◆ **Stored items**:
-- -- --

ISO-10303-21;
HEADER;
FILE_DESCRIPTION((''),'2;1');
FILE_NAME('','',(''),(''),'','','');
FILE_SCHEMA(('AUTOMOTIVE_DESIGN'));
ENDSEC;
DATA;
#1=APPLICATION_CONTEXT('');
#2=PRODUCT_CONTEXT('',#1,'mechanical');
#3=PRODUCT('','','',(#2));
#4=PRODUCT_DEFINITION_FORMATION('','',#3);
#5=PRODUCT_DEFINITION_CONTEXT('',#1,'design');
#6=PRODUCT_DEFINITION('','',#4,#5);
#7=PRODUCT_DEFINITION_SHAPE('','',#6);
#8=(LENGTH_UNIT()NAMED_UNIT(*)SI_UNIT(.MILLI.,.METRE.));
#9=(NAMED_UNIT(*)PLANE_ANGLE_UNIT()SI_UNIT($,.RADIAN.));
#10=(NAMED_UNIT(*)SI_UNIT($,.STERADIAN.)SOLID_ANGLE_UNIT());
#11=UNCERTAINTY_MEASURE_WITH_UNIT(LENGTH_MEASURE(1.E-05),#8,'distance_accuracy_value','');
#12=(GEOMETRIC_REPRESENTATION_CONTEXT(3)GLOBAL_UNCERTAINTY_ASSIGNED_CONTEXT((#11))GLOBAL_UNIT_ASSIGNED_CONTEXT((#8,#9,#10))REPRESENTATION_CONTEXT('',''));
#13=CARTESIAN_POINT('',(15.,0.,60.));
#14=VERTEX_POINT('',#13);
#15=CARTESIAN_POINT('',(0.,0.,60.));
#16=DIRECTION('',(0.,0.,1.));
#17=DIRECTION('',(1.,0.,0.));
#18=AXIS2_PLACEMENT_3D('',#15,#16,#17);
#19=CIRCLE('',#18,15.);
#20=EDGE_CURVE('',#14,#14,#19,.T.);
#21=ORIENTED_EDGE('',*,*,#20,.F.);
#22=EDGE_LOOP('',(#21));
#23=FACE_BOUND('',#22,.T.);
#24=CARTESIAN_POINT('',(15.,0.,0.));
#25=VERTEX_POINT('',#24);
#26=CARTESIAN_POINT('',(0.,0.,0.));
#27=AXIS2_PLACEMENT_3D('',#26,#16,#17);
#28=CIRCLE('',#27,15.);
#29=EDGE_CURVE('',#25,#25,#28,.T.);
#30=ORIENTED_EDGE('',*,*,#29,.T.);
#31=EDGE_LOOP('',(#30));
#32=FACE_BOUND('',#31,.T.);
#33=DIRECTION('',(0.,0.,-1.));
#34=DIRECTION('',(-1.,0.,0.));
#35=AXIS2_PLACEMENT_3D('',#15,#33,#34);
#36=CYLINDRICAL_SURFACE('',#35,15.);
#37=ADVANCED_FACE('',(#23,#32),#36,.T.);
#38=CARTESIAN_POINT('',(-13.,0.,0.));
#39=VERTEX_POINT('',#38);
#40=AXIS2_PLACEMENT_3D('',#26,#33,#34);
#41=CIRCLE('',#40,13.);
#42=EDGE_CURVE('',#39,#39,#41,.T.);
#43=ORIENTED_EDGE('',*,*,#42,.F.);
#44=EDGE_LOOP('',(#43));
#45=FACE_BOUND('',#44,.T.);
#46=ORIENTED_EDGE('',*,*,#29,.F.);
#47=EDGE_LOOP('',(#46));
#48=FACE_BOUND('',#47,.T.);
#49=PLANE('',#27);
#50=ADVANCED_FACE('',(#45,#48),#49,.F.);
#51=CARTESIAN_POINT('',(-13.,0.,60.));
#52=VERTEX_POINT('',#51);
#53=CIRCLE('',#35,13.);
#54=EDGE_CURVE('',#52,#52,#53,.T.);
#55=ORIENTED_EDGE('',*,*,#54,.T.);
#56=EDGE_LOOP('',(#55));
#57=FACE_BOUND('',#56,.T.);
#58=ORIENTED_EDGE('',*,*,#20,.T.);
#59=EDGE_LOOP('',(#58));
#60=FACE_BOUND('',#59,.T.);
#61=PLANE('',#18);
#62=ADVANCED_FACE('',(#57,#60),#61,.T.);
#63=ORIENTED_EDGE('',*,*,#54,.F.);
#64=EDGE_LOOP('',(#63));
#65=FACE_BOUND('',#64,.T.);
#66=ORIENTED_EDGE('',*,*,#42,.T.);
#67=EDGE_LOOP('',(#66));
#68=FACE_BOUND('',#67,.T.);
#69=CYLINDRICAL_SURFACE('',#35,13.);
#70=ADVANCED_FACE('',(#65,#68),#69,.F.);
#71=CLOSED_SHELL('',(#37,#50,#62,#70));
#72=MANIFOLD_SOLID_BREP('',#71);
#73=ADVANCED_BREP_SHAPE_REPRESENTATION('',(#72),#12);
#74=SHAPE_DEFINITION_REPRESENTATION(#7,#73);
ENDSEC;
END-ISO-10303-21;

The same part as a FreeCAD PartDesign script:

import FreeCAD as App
import Part
import Sketcher

V = App.Vector
Q = App.Units.Quantity

doc = App.newDocument("Part")
params = doc.addObject("Spreadsheet::Sheet", "Params")
for row, (alias, value) in enumerate([
    ("sketch1_diameter", "30 mm"),
    ("pad1_length", "60 mm"),
    ("sketch2_diameter", "26 mm"),
], start=1):
    params.set(f"A{row}", alias)
    params.set(f"B{row}", "=" + value)
    params.setAlias(f"B{row}", alias)

body = doc.addObject("PartDesign::Body", "Body")

# Sketch on XY plane
sketch1 = body.newObject("Sketcher::SketchObject", "Sketch")
sketch1.AttachmentSupport = (doc.getObject("XY_Plane"), [""])
sketch1.MapMode = "FlatFace"
sketch1.addGeometry(Part.Circle(V(0, 0, 0), V(0, 0, 1), 15), False)
sketch1.addConstraint(Sketcher.Constraint("Coincident", 0, 3, -1, 1))
sketch1.addConstraint(Sketcher.Constraint("Diameter", 0, Q("30 mm")))
sketch1.setExpression("Constraints[1]", "Params.sketch1_diameter")
pad1 = body.newObject("PartDesign::Pad", "Pad")
pad1.Profile = sketch1
pad1.setExpression("Length", "Params.pad1_length")

# Sketch on XY plane
sketch2 = body.newObject("Sketcher::SketchObject", "Sketch001")
sketch2.AttachmentSupport = (doc.getObject("XY_Plane"), [""])
sketch2.MapMode = "FlatFace"
sketch2.addGeometry(Part.Circle(V(0, 0, 0), V(0, 0, 1), 13), False)
sketch2.addConstraint(Sketcher.Constraint("Coincident", 0, 3, -1, 1))
sketch2.addConstraint(Sketcher.Constraint("Diameter", 0, Q("26 mm")))
sketch2.setExpression("Constraints[1]", "Params.sketch2_diameter")
pocket1 = body.newObject("PartDesign::Pocket", "Pocket")
pocket1.Profile = sketch2
pocket1.Type = "ThroughAll"
pocket1.Reversed = True

doc.recompute()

-- -- --

◆ **What the exercise asks**: Starting at the line that has "#53=CIRCLE('',#35,13.);" in the records above, restate word for word every line until the one that has "#63=ORIENTED_EDGE('',*,*,#54,.F.);", and include that one as well.

◆ **Written answer**:
#53=CIRCLE('',#35,13.);
#54=EDGE_CURVE('',#52,#52,#53,.T.);
#55=ORIENTED_EDGE('',*,*,#54,.T.);
#56=EDGE_LOOP('',(#55));
#57=FACE_BOUND('',#56,.T.);
#58=ORIENTED_EDGE('',*,*,#20,.T.);
#59=EDGE_LOOP('',(#58));
#60=FACE_BOUND('',#59,.T.);
#61=PLANE('',#18);
#62=ADVANCED_FACE('',(#57,#60),#61,.T.);
#63=ORIENTED_EDGE('',*,*,#54,.F.);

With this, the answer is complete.